LE TOURISME EN POLYNÉSIE FRANÇAISE

Annales de géographie, 1994, n° 577, p. 276-292.

Résumé

Dans un domaine océanique qui s'est ouvert récemment au tourisme, grâce au développement du transport aérien, la Nouvelle-Calédonie ne bénéficie pas d'une image claire et positive. Son nom, aux relents coloniaux, n'a pas le charme de «Tahiti» et n'est pas un support de désirs universellement connu. Les événements politiques récents n'ont rien arrangé. Néanmoins dans un monde de plus en plus nissonophile le déferlement touristique sur certaines îles du Pacifique éclabousse la Nouvelle-Calédonie. En 1993 la Nouvelle-Calédonie n'a enregistré que le centième des entrées de touristes dans l'ensemble des îles du Pacifique avec 82 900 touristes auxquels il faut rajouter 35 000 croisiéristes et 1 500 plaisanciers, soit près de 120 000 visiteurs.

La disposition des États ou Territoires dans le Pacifique est très importante en ce qui concerne leur fréquentation. En effet, 92 % des touristes les visitant sont originaires de cinq pays bordant cette immense étendue marine de près de 180 millions de km2: les États-Unis, le Canada, l'Australie, la Nouvelle-Zélande et le Japon. Néanmoins, bien qu'à proximité, les marchés australiens et néo-zélandais ne sont que très peu exploités. Seulement 0,74 % des Australiens ayant visité d'autres pays en 1993 ont choisi de se rendre en Nouvelle-Calédonie et 0,97 % des Néo-Zélandais, alors que le Territoire est la destination la plus proche de ces deux pays. Les plus nombreux à être venus en Nouvelle-Calédonie en 1993 sont les Japonais. Ce marché récent, peu affecté par les troubles des années 85-88, stagne actuellement avec 27 000 touristes en 1993. Pourtant, c'est le seul pays dans lequel la Nouvelle-Calédonie jouit d'une image très positive. Les Australiens et les Néo-Zélandais étaient moins de 25 000 en 1993 contre 36 000 en 1984. Le flux touristique venant de Métropole, de l'ordre de 16 600 personnes en 1993, est original. D'abord en raison de la très grande distance (18 000 km) existant entre la marché et le produit, ensuite parce que de nombreux touristes rendent visite à des amis ou à de la famille et donc fréquentent peu les hôtels. Ces deux éléments combinés expliquent une durée moyenne de séjour de trente-huit jours contre dix jours pour les autres touristes.

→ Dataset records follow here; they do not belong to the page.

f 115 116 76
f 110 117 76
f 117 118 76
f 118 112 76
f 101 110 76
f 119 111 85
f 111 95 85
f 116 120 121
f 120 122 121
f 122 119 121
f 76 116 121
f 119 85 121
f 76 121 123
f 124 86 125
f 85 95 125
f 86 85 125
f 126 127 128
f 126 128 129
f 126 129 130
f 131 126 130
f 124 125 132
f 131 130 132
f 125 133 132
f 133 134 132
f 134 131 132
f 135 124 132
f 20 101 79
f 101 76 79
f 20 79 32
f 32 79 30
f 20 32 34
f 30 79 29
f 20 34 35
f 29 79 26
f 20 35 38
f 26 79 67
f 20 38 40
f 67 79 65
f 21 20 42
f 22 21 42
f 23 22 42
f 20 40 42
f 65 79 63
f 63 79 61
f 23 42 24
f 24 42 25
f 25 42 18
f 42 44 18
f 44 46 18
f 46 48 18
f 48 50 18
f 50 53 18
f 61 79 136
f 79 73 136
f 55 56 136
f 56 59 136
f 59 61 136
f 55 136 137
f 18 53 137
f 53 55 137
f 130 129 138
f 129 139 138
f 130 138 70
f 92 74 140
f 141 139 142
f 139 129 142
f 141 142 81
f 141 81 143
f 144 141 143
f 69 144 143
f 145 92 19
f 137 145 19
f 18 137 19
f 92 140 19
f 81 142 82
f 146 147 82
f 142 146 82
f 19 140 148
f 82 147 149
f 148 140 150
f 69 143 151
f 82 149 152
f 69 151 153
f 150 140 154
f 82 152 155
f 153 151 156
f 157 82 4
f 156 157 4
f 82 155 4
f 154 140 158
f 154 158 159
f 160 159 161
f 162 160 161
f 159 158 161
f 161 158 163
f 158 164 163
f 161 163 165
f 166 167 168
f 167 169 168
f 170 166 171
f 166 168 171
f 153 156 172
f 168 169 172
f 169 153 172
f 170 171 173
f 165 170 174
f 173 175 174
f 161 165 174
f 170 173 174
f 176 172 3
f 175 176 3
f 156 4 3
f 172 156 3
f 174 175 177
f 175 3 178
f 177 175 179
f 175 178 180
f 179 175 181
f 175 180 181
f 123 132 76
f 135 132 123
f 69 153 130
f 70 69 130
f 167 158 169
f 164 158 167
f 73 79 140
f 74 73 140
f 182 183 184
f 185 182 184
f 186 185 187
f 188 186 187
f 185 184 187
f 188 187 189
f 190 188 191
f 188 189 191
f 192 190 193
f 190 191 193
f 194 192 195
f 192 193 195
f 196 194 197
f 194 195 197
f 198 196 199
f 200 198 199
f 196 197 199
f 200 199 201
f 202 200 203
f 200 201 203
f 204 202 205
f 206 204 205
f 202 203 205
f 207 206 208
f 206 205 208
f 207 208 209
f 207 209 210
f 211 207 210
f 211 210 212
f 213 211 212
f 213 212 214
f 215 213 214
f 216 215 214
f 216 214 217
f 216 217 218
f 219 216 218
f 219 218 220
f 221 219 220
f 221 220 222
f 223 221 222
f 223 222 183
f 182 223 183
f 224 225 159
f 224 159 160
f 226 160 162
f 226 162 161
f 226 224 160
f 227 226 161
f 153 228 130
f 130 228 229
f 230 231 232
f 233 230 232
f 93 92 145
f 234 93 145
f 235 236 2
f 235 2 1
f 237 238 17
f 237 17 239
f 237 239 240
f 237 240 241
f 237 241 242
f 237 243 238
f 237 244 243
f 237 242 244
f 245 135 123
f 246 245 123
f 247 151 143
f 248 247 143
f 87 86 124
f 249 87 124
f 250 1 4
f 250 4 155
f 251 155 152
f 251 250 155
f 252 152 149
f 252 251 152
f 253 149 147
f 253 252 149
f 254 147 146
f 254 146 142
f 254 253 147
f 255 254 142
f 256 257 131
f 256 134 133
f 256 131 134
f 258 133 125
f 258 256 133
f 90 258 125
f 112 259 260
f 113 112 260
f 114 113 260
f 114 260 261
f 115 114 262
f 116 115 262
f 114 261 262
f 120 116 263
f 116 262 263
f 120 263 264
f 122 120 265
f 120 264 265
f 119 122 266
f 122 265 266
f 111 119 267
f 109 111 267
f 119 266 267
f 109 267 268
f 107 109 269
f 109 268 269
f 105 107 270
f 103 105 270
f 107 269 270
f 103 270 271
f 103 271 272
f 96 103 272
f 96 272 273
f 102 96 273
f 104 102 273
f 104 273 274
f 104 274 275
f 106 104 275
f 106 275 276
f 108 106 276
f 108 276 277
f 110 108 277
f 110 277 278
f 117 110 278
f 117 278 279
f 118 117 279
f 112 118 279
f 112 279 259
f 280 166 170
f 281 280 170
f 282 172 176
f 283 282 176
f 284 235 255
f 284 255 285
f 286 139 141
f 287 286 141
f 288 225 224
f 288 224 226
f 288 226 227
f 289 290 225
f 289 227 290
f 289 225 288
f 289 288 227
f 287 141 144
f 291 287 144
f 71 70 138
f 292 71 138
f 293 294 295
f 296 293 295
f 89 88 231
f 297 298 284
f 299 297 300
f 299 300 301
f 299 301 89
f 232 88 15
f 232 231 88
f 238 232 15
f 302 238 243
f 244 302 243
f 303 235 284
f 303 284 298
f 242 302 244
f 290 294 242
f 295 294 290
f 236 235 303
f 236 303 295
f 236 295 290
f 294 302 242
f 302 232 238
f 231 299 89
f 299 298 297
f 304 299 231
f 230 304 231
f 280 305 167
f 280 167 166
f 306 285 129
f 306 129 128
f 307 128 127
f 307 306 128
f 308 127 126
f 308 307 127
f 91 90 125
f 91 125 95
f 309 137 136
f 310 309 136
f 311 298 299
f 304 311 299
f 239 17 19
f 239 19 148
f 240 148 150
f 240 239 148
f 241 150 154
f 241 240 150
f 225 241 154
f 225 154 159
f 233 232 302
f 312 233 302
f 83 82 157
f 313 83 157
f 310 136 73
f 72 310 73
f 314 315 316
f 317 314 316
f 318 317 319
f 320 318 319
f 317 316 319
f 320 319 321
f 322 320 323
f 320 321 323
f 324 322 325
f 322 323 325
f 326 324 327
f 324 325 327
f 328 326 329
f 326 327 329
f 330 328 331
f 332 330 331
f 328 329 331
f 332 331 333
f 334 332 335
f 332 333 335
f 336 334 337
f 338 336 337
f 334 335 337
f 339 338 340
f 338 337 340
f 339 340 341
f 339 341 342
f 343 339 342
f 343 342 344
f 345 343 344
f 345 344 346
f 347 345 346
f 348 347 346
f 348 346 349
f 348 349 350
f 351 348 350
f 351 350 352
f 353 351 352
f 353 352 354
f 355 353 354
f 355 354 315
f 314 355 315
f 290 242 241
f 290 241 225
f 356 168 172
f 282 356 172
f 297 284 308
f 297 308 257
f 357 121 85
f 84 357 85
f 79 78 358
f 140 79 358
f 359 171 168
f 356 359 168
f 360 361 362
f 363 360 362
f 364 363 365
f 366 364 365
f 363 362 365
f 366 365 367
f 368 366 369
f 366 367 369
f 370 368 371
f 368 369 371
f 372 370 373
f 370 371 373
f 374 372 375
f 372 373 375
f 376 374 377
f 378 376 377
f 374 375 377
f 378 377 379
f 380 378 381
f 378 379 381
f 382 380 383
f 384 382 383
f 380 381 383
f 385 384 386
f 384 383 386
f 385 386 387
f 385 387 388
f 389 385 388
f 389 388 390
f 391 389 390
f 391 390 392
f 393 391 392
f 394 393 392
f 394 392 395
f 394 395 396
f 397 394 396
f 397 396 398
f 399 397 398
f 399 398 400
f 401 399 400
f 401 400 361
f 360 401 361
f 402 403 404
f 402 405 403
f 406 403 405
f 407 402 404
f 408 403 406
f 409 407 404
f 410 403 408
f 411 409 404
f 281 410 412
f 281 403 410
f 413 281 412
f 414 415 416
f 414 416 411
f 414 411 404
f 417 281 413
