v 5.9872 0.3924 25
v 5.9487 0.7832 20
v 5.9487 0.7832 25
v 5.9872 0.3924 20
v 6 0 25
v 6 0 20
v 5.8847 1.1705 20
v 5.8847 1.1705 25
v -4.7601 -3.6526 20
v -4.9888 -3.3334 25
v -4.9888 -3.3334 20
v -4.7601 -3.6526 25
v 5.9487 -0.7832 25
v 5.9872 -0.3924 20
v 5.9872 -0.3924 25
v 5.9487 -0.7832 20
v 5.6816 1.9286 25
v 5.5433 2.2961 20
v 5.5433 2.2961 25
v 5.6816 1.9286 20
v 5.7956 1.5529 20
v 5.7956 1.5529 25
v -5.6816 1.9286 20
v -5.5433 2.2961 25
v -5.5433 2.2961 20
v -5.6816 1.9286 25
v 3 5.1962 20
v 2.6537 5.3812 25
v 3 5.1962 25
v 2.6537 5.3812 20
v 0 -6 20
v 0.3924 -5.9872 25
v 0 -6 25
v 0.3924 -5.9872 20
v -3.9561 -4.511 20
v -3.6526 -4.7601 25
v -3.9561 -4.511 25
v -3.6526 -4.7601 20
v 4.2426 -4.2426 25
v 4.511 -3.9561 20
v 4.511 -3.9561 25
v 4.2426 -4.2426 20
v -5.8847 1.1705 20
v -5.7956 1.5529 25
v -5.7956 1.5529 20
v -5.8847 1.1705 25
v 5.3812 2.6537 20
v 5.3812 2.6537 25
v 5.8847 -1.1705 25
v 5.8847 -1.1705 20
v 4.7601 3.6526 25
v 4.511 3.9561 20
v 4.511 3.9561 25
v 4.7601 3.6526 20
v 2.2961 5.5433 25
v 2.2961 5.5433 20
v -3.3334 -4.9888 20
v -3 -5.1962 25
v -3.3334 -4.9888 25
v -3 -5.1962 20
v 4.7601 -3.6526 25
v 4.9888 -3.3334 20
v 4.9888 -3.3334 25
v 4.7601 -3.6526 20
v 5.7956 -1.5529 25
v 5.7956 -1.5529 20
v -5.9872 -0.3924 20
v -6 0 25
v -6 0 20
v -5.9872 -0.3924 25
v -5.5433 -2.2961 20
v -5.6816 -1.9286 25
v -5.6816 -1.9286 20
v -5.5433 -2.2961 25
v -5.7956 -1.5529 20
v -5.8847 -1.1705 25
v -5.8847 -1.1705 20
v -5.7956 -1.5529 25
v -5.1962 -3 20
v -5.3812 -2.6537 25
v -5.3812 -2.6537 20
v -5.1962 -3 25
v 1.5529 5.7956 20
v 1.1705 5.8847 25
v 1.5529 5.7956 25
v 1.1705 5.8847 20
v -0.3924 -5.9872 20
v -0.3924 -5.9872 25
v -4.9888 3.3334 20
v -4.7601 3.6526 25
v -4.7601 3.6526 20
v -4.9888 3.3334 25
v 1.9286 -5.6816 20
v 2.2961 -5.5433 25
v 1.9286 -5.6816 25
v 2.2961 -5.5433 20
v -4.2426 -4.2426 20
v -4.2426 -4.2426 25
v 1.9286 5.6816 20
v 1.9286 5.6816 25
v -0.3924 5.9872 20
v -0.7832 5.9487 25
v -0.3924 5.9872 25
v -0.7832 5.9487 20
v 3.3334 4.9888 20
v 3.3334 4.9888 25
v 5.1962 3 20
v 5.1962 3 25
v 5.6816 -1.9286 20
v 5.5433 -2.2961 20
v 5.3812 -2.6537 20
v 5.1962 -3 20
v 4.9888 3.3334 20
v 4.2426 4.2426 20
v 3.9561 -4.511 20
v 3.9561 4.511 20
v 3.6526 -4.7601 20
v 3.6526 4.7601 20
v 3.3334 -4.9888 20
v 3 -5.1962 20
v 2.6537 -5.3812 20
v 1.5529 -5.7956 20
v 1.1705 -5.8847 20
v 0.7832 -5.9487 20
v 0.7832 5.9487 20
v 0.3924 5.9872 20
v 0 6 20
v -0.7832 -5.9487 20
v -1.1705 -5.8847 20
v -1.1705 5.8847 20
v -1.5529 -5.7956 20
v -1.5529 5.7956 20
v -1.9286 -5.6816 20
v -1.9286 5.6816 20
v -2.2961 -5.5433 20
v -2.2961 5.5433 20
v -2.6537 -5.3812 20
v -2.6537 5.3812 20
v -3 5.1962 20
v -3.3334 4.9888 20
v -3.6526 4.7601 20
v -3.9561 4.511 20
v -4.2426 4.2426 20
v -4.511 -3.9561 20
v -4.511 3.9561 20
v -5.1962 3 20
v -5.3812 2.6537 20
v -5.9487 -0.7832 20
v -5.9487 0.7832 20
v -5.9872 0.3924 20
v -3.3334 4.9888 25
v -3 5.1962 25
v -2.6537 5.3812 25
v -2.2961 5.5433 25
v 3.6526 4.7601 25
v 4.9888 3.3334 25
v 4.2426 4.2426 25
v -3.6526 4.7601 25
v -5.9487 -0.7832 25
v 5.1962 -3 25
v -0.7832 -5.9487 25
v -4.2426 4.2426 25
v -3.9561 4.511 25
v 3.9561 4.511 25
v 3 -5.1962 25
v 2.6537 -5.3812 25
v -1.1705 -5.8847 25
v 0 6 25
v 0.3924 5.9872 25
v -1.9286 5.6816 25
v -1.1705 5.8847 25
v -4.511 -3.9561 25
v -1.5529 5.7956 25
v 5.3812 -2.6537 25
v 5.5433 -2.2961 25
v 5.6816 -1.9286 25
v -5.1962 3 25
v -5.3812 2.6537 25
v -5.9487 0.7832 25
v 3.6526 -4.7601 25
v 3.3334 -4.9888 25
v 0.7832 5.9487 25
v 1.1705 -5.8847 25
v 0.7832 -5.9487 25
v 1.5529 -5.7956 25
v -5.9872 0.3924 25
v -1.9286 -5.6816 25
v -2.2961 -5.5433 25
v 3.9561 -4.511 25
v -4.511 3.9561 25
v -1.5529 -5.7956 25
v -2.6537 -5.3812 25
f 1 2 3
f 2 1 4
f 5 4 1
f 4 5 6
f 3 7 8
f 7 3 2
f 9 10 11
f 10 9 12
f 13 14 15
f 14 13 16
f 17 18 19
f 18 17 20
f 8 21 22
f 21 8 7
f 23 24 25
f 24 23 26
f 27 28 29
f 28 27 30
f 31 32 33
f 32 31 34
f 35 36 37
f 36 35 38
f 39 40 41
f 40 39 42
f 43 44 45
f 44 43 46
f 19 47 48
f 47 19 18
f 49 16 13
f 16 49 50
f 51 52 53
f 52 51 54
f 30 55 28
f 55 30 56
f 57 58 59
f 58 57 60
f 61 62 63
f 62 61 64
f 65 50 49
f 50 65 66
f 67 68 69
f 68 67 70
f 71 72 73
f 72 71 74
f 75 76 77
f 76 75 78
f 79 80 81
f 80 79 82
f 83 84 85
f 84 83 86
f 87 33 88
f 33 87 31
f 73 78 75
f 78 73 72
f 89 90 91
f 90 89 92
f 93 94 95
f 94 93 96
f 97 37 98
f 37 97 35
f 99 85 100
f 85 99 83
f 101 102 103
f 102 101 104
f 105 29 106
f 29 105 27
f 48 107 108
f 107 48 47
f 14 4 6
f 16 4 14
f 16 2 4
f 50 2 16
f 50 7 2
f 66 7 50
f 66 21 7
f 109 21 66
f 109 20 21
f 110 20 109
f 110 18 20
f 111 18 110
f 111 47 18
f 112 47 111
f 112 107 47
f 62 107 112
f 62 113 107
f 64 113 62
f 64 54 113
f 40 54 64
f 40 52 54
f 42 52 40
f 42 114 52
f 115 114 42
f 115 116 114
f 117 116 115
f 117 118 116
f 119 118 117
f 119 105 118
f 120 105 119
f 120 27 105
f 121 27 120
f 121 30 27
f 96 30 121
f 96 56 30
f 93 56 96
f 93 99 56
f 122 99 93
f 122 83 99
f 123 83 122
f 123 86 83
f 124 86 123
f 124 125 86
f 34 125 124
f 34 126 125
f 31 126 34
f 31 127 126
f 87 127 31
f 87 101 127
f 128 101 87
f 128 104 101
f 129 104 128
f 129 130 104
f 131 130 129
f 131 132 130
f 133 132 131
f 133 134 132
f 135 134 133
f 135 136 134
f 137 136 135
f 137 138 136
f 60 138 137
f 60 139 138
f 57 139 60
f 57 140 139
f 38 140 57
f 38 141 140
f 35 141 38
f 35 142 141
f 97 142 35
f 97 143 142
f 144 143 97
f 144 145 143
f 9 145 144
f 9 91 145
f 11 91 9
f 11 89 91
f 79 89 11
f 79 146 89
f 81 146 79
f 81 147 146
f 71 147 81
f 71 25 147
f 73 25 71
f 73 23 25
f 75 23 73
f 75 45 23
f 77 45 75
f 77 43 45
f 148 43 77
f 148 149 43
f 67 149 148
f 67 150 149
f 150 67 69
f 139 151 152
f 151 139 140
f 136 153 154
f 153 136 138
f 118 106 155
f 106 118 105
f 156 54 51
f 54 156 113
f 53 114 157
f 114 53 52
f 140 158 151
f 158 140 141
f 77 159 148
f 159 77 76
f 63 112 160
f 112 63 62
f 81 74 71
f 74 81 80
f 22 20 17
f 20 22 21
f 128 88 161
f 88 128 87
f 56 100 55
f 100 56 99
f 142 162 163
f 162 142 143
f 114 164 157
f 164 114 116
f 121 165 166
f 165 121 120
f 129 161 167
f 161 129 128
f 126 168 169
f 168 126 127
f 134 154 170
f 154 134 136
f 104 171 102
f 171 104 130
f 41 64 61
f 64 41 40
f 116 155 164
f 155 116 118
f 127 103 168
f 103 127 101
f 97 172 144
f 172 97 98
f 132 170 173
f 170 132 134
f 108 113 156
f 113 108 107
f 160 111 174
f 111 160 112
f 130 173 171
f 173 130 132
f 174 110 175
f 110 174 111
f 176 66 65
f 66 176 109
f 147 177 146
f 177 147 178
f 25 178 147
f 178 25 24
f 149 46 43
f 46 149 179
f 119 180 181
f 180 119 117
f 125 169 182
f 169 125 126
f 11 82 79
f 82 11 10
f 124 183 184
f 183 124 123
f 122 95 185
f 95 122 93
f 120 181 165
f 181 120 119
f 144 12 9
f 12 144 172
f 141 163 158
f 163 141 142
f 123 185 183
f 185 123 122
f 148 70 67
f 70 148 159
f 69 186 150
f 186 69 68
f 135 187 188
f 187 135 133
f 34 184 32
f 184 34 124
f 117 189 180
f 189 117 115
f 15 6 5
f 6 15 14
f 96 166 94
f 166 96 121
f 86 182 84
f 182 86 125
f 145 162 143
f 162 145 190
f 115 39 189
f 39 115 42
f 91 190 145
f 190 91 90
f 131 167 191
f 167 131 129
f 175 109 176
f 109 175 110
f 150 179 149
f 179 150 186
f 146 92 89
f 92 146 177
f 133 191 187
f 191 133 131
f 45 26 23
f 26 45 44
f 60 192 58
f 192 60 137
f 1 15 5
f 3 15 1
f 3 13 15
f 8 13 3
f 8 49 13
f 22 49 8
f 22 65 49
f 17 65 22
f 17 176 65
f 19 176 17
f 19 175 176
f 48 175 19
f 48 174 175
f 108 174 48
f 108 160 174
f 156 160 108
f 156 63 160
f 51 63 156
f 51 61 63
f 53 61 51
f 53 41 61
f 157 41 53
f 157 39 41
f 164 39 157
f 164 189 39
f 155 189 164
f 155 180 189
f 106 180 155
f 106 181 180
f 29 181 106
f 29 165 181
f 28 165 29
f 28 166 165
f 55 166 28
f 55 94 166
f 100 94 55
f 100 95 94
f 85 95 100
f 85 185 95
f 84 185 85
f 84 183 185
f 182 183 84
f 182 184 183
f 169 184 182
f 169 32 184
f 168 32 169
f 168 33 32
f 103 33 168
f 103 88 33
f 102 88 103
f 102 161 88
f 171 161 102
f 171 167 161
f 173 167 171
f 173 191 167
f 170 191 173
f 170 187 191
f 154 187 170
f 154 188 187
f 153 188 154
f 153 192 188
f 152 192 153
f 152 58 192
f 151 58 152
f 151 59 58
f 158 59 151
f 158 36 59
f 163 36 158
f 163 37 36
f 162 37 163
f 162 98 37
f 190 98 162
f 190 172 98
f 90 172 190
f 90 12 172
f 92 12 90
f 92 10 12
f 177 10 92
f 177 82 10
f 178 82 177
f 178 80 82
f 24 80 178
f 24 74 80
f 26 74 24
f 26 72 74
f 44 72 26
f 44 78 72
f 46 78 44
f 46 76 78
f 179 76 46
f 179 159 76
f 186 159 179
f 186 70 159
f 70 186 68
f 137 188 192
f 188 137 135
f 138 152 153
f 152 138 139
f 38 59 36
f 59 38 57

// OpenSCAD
// Hose-barb reducer: joins 8 mm ID tubing to 5 mm ID tubing
// Print orientation: standing upright along +Z, centred on origin in X/Y

// ---------------- Parameters ----------------
reducer_d      = 10;   // bore diameter (through-hole)
tube8_d        = 8;    // inner diameter of first tubing set
tube5_d        = 5;    // inner diameter of second tubing set
barb8_h        = 10;   // height of each 8 mm barb
barb8_bottom   = 7.5;  // outer diameter of 8 mm barb at bottom
barb8_top      = 9.5;  // outer diameter of 8 mm barb at top
barb8_step     = 7.5;  // outer diameter after the sawtooth step
collar_d       = 12;   // diameter of the collar (z = 20 to 25)
barb5_h        = 8;    // height of each 5 mm barb
barb5_bottom   = 6.5;  // outer diameter of 5 mm barb at bottom
barb5_top      = 5.0;  // outer diameter of 5 mm barb at top
barb5_step     = 6.5;  // outer diameter after the sawtooth step
eps            = 0.5;  // overshoot for clean boolean cuts

$fn = 96;

// ---------------- Model ----------------
difference() {
    union() {
        // 8 mm tubing section: two stacked barbs with sawtooth profile
        for (z = [0, barb8_h])
            translate([0, 0, z])
                linear_extrude(height = reducer_d + 2 * eps, center = true)
                    polygon([
                        [0, 0],
                        [barb8_bottom / 2, barb8_h],
                        [barb8_top / 2, 0],
                        [barb8_step / 2, barb8_h]
                    ]);

        // collar
        translate([0, 0, 20])
            cylinder(d = collar_d, h = 5);

        // 5 mm tubing section: two stacked barbs with sawtooth profile
        for (z = [25, 25 + barb5_h])
            translate([0, 0, z])
                linear_extrude(height = reducer_d + 2 * eps, center = true)
                    polygon([
                        [0, 0],
                        [barb5_bottom / 2, barb5_h],
                        [barb5_top / 2, 0],
                        [barb5_step / 2, barb5_h]
                    ]);
    }

    // full-length bore
    translate([0, 0, -eps])
        cylinder(d = reducer_d, h = reducer_d + 2 * eps);
}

Au-delà des contraintes inhérentes à sa position, la faiblesse qualitative et quantitative des produits proposés sur le Territoire apparaît comme un lourd handicap. Le Territoire souffre d'un déséquilibre entre Nouméa d'une part, la «brousse» - c'est-à-dire le reste de la Grande Terre - et les îles d'autre part. En 1994, Nouméa regroupe plus des deux tiers de l'ensemble de la capacité d'accueil territoriale et près des trois quarts si l'on ne tient compte que des hôtels et relais. Le tourisme néo-calédonien pâtit d'une offre peu diversifiée est très en deçà des ressources touristiques du Territoire. L'île des Pins, à trente minutes de vol de Nouméa, a une capacité d'accueil fort modeste. La plupart des touristes étrangers, essentiellement japonais, n'y passent qu'une journée. La «Brousse«, territoire oublié par le tourisme, bénéficie cependant actuellement de la volonté de la Province Nord d'y développer cette activité, expliquant l'implantation du Club Méditerranée à Hienghène sur la côte est à 370 km de Nouméa. La taille relativement modeste de ces établissements a été choisie afin de les intégrer à la vie locale et de faire des tribus mélanésiennes de véritables partenaires. Dans l'archipel des îles Loyauté les contraintes insulaires et les pesanteurs sociales se cumulent. De nombreux projets hôteliers ainsi que des escales de bateaux de croisières se heurtent à l'hostilité de la population et des chefs coutumiers. Des trois principales îles Loyauté c'est Ouvéa qui a le plus gros potentiel touristique mais c'est aussi celle où le tourisme a le plus de problèmes. Depuis les troubles et la prise d'otages par un «commando» du F.L.N.K.S. qui aboutit à la mort de 21 personnes en mai 1988, la situation n'est pas favorable au redémarrage du tourisme. La société de l'île, encore sous le choc, se replie sur elle-même refusant de la sorte le tourisme.